The problem
Print exactly those lines that run from the beginning of the data to the line bearing "v -7.604 3 -1.952", inclusive.
### Exercise materials ###
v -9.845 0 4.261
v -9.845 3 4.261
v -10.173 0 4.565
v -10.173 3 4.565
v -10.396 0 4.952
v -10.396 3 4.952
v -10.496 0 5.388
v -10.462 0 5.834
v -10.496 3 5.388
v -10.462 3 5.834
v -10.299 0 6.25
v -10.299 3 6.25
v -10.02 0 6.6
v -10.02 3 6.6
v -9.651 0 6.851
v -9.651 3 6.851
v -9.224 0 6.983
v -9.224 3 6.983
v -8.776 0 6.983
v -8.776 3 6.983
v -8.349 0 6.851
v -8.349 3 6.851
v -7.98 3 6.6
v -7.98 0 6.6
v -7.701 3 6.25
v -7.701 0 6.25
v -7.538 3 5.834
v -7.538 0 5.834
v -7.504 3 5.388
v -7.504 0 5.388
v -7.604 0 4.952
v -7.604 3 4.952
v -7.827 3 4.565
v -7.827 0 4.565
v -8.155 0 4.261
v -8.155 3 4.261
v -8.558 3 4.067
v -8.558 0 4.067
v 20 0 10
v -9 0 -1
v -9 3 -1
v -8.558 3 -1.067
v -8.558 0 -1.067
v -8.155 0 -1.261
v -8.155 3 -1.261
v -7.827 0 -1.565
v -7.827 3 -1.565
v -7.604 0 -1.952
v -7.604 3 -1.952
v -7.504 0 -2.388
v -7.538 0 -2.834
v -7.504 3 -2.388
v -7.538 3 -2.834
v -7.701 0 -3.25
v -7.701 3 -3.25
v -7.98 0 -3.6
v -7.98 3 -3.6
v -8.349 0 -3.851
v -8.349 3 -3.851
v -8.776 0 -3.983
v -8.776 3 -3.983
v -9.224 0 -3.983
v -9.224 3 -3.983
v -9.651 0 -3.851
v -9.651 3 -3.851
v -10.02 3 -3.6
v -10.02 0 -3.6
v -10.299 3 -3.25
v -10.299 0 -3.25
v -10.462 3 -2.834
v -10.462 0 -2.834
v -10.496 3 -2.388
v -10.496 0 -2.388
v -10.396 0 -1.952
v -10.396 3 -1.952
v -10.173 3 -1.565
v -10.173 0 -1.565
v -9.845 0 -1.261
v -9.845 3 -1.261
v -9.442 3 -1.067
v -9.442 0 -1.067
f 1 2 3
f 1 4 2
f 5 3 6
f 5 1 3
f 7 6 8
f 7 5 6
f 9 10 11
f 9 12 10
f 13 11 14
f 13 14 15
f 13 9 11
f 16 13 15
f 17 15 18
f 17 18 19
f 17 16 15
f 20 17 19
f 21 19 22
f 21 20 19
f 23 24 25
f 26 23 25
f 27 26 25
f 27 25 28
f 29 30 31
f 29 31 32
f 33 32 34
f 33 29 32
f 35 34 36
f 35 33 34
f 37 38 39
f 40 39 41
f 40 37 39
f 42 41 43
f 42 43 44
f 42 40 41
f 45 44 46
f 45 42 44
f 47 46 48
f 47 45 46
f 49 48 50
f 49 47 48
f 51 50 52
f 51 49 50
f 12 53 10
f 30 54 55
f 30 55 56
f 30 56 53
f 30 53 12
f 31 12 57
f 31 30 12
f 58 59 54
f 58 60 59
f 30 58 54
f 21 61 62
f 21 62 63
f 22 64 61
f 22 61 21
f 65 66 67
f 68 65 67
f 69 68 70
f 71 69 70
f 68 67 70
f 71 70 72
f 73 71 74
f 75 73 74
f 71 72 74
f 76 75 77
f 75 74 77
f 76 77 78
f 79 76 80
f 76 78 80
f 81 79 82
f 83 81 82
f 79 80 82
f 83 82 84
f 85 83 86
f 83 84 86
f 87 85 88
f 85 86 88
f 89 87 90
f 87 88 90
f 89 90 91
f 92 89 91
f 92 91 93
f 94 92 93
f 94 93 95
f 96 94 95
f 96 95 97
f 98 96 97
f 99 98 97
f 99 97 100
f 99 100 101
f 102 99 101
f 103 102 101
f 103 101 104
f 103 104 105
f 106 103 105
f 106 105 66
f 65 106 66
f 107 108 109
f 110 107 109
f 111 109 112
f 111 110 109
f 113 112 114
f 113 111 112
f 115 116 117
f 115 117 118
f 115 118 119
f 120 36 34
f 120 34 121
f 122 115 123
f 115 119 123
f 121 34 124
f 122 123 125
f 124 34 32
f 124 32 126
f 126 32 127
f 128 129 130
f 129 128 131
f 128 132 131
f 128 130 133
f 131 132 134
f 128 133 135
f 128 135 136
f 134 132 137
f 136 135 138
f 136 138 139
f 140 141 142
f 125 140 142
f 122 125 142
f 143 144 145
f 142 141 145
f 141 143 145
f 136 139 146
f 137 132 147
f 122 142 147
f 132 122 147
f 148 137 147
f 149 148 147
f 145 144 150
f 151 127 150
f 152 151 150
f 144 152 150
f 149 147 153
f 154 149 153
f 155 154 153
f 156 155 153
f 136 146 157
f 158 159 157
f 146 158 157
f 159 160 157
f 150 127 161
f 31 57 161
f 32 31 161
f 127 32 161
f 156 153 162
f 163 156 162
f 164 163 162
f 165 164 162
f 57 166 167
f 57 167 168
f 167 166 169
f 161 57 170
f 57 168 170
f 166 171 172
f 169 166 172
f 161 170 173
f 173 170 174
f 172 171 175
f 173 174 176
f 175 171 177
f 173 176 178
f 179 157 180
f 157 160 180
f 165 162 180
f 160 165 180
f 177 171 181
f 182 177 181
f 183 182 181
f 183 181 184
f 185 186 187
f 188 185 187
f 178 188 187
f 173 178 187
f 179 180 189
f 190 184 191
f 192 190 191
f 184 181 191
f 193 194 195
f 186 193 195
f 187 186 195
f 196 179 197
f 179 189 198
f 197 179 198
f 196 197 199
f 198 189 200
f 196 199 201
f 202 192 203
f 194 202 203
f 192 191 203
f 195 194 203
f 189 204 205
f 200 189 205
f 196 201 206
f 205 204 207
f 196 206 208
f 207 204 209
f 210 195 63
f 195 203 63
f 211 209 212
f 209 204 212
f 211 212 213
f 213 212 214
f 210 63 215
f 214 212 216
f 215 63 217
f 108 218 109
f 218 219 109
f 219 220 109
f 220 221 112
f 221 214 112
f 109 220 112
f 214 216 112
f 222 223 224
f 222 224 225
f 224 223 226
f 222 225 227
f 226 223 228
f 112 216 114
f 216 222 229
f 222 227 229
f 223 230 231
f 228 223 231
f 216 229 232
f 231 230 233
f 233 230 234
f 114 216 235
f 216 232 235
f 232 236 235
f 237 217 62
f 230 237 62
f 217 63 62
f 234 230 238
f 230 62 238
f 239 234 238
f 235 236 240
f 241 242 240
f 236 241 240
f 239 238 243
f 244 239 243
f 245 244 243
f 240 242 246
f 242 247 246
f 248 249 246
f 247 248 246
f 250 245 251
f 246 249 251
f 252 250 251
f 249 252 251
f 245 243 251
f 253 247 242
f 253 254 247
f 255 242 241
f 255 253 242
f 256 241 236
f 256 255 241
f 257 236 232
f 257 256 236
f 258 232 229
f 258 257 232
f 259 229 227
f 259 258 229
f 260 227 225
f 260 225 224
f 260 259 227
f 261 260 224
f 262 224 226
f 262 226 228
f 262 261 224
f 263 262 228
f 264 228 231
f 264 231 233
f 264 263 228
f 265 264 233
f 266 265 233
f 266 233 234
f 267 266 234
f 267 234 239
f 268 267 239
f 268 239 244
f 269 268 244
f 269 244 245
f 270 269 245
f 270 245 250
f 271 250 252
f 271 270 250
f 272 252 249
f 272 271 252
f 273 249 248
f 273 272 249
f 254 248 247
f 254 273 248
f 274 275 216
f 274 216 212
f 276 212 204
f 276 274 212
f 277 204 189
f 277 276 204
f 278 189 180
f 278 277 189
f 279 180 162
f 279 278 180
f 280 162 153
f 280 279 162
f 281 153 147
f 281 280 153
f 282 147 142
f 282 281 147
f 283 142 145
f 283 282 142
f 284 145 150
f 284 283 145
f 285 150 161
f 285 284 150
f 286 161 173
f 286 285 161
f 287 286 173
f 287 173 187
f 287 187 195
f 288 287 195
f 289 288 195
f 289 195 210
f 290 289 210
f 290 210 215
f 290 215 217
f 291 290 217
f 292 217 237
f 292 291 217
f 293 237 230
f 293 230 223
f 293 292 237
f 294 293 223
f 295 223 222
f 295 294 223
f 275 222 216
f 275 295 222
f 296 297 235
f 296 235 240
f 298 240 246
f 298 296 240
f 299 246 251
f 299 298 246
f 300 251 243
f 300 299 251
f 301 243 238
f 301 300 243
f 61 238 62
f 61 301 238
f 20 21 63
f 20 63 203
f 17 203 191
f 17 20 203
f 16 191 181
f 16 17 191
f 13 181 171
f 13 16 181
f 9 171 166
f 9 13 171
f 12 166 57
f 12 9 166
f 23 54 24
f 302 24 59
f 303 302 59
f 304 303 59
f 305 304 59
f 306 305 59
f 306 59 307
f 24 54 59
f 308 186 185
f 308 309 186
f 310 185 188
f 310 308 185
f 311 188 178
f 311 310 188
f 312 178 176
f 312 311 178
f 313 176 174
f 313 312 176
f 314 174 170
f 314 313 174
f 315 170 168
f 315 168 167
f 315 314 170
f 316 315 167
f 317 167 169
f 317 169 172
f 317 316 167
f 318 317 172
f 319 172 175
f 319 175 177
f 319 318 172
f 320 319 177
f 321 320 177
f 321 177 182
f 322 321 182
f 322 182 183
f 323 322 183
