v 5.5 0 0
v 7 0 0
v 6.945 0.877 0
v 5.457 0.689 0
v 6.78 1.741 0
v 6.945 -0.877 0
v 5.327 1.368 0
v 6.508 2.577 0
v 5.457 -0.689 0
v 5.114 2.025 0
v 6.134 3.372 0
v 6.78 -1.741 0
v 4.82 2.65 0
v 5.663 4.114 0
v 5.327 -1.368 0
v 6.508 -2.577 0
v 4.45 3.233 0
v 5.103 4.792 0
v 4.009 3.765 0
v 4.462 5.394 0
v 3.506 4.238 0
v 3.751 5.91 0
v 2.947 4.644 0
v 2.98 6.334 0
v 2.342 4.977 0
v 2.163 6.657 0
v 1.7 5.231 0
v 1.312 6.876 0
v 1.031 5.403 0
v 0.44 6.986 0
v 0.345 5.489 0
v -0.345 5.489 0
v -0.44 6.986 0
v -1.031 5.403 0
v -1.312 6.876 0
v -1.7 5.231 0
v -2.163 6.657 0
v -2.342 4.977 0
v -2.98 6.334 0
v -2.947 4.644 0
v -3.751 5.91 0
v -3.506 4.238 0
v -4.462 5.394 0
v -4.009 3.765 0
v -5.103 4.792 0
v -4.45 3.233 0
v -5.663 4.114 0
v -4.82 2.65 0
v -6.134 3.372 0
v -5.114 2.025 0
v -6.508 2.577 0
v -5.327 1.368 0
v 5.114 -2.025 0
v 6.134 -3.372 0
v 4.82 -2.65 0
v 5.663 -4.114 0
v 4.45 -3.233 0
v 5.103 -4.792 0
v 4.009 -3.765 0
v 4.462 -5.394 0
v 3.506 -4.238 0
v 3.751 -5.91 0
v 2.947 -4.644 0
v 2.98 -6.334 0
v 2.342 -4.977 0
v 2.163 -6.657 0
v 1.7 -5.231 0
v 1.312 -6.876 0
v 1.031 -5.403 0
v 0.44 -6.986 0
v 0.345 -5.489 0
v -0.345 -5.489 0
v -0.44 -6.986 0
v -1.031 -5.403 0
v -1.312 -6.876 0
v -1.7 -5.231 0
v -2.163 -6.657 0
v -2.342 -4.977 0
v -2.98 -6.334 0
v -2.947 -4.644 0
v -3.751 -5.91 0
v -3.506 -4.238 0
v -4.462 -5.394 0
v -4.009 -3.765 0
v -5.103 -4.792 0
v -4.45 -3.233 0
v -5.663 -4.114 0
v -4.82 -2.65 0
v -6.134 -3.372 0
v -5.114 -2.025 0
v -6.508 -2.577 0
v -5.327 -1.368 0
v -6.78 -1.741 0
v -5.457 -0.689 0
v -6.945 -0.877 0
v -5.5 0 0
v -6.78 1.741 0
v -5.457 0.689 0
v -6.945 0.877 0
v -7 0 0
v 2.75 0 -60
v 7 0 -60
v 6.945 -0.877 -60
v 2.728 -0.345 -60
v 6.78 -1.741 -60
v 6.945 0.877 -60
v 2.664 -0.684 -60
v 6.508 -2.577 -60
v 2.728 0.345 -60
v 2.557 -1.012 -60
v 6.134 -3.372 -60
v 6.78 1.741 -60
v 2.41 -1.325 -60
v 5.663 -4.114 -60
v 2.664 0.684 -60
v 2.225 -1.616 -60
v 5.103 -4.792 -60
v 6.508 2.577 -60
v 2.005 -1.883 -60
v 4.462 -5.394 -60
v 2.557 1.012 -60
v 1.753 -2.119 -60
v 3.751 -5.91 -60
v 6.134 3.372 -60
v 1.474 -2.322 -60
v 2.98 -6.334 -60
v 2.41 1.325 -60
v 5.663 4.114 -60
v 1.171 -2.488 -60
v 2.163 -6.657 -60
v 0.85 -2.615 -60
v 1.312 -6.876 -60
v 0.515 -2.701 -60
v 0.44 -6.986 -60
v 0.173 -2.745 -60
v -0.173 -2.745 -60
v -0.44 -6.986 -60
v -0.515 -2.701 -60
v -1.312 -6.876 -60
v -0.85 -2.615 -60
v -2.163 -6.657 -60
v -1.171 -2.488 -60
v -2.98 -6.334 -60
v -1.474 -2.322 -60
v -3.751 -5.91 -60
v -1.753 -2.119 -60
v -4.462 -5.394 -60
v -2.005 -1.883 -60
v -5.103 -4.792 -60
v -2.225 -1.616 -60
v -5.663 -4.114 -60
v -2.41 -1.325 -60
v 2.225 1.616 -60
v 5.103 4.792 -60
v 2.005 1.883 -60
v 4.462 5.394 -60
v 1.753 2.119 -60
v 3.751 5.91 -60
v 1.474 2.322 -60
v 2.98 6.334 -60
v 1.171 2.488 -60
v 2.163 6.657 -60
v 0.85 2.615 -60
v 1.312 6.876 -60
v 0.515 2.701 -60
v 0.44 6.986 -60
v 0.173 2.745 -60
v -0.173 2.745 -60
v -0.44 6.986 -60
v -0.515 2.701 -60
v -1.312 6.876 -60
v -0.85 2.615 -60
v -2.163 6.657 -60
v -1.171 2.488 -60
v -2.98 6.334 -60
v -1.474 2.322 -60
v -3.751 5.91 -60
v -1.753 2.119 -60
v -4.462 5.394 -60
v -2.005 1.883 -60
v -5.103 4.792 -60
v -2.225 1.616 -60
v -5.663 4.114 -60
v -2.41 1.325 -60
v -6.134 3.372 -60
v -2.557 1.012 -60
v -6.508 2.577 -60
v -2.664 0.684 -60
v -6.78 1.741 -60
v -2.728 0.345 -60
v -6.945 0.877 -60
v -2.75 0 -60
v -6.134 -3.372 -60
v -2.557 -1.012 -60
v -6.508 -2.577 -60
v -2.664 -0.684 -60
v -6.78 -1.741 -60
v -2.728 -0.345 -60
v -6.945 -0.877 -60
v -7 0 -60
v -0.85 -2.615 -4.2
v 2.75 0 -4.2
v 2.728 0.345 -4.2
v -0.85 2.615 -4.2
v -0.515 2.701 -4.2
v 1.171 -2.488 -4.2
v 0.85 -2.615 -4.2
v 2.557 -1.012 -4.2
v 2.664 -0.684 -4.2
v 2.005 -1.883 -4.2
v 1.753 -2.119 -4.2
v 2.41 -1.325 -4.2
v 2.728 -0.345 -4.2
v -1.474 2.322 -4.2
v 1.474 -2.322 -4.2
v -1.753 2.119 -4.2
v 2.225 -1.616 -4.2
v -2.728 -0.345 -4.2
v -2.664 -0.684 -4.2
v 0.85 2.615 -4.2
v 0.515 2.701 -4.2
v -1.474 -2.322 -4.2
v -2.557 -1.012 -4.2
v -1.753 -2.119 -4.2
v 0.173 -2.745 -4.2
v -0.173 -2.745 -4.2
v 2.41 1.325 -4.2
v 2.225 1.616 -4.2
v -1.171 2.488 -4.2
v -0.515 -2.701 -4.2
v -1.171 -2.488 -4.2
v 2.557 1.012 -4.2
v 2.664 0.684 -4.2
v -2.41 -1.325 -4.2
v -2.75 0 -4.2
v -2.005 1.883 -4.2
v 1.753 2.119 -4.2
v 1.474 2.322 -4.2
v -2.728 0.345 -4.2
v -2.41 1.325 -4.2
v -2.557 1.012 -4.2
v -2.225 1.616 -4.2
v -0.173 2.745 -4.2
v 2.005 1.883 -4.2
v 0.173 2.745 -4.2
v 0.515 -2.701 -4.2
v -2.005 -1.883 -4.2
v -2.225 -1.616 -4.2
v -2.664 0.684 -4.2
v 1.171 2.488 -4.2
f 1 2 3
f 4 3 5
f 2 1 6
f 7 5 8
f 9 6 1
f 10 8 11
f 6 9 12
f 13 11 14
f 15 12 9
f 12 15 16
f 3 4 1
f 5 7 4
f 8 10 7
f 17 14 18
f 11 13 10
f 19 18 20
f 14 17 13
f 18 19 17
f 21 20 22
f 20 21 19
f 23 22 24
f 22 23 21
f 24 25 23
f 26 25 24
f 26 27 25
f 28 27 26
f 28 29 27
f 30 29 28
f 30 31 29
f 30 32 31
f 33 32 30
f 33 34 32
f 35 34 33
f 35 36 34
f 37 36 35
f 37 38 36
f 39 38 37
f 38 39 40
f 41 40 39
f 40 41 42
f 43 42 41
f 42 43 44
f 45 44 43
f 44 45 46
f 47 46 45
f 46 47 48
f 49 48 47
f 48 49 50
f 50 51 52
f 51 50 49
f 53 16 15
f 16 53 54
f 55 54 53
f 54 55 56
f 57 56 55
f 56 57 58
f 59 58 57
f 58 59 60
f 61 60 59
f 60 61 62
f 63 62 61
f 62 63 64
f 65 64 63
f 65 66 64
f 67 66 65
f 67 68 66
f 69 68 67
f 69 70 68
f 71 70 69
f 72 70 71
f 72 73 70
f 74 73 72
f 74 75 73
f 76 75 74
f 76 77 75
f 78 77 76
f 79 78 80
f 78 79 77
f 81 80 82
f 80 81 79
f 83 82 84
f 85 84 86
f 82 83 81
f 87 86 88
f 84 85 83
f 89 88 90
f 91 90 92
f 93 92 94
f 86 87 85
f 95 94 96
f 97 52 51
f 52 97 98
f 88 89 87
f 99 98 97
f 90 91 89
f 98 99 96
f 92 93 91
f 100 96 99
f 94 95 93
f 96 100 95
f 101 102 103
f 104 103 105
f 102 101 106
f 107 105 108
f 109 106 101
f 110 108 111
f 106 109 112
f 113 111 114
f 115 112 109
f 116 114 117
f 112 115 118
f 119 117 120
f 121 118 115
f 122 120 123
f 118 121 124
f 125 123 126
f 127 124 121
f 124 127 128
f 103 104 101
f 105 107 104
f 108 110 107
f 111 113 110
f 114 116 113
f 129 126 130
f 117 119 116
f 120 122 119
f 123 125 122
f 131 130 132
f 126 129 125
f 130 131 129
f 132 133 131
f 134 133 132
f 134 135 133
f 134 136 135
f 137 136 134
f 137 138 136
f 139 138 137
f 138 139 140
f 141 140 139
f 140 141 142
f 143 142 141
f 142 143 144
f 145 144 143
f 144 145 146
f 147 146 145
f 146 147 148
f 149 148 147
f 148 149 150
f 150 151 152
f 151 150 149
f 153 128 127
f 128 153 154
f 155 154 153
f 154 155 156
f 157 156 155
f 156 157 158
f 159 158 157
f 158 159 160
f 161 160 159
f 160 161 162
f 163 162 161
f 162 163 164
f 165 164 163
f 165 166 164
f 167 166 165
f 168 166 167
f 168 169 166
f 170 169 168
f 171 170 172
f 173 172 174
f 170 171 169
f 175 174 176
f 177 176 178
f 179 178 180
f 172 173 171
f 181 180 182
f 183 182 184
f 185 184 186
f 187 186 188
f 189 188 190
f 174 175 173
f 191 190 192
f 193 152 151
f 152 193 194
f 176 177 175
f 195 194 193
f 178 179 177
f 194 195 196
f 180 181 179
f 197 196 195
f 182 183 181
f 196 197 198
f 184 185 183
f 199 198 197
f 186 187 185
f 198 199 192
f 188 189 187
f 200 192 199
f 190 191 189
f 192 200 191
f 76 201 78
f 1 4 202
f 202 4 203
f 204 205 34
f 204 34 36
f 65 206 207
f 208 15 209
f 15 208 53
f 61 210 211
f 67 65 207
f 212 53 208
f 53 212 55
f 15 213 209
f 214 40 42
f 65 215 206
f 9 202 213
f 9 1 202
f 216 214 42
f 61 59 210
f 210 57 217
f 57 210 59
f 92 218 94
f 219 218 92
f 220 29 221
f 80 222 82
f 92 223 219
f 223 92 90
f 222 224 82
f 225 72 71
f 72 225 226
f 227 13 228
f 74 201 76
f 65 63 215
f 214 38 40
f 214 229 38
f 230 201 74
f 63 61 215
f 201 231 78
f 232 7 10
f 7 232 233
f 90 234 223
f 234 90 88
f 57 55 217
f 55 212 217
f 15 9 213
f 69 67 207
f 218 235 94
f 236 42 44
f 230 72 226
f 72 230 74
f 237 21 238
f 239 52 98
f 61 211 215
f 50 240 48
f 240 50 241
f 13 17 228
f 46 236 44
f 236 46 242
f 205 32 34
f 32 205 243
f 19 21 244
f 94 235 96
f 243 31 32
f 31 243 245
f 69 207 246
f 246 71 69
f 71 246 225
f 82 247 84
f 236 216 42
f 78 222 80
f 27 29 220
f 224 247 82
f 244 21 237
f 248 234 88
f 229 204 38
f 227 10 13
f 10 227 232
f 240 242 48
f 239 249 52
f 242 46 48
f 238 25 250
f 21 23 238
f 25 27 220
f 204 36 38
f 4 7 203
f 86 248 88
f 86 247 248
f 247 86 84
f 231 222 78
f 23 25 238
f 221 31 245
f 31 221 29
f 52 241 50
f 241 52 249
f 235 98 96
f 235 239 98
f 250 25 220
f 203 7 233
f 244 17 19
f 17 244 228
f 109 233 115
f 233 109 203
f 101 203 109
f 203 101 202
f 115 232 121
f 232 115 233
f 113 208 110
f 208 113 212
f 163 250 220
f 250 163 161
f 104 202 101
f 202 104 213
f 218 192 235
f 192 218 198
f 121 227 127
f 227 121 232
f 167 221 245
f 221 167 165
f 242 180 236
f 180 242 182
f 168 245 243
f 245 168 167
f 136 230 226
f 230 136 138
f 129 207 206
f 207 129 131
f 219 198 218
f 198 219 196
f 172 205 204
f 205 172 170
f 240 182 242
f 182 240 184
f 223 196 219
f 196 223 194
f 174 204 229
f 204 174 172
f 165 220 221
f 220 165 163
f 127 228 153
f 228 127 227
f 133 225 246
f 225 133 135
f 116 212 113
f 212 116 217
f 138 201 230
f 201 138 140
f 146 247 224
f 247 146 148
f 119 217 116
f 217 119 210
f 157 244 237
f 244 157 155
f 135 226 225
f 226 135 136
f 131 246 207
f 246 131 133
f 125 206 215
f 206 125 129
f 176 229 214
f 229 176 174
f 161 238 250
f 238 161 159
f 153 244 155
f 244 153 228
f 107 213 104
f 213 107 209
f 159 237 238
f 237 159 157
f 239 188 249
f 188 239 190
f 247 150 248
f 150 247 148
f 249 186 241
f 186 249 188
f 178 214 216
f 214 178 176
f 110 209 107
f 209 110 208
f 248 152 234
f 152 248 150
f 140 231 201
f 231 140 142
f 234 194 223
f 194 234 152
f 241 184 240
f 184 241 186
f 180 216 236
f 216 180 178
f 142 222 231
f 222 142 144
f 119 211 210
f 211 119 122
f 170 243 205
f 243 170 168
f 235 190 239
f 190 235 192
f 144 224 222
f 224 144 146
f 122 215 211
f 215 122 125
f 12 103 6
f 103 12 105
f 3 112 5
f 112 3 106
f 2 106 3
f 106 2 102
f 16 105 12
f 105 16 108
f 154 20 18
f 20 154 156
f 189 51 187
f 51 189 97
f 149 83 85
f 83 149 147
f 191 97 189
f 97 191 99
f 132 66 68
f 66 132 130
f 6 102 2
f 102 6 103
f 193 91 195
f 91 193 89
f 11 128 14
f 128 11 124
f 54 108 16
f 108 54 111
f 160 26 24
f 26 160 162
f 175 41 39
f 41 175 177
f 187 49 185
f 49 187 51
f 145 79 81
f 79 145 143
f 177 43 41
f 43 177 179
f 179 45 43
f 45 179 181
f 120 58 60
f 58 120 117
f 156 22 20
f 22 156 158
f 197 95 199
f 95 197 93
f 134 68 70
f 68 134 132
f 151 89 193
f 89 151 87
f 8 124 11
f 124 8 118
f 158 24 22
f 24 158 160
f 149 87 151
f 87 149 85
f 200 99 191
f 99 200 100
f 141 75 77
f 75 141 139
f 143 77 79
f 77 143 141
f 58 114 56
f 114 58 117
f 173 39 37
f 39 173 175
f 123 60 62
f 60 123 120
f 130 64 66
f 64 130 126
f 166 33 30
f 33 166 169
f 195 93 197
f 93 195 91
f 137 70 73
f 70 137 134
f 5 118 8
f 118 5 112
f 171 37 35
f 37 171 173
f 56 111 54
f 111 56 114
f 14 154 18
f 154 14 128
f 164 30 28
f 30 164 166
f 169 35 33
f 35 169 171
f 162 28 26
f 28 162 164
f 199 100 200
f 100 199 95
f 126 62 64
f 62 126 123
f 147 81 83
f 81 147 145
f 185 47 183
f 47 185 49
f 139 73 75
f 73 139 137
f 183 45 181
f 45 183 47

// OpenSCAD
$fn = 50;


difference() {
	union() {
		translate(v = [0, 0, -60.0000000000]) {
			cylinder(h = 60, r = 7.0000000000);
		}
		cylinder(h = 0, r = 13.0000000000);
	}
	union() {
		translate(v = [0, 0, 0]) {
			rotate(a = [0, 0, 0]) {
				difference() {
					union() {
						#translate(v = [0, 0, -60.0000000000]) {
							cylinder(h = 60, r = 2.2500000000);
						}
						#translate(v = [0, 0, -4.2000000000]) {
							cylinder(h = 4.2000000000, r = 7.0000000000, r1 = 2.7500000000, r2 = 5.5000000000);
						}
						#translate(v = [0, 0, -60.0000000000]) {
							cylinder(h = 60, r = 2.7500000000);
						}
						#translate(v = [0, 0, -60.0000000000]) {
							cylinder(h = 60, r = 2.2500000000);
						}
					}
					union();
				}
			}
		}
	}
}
###
Reply
v -9.845 0 4.261
v -9.845 3 4.261
v -10.173 0 4.565
v -10.173 3 4.565
v -10.396 0 4.952
v -10.396 3 4.952
v -10.496 0 5.388
v -10.462 0 5.834
v -10.496 3 5.388
v -10.462 3 5.834
v -10.299 0 6.25
v -10.299 3 6.25
v -10.02 0 6.6
v -10.02 3 6.6
v -9.651 0 6.851
v -9.651 3 6.851
v -9.224 0 6.983
v -9.224 3 6.983
v -8.776 0 6.983
v -8.776 3 6.983
v -8.349 0 6.851
v -8.349 3 6.851
v -7.98 3 6.6
v -7.98 0 6.6
v -7.701 3 6.25
v -7.701 0 6.25
v -7.538 3 5.834
v -7.538 0 5.834
v -7.504 3 5.388
v -7.504 0 5.388
v -7.604 0 4.952
v -7.604 3 4.952
v -7.827 3 4.565
v -7.827 0 4.565
v -8.155 0 4.261
v -8.155 3 4.261
v -8.558 3 4.067
v -8.558 0 4.067
v 20 0 10
v -9 0 -1
v -9 3 -1
v -8.558 3 -1.067
v -8.558 0 -1.067
v -8.155 0 -1.261
v -8.155 3 -1.261
v -7.827 0 -1.565
v -7.827 3 -1.565
v -7.604 0 -1.952
v -7.604 3 -1.952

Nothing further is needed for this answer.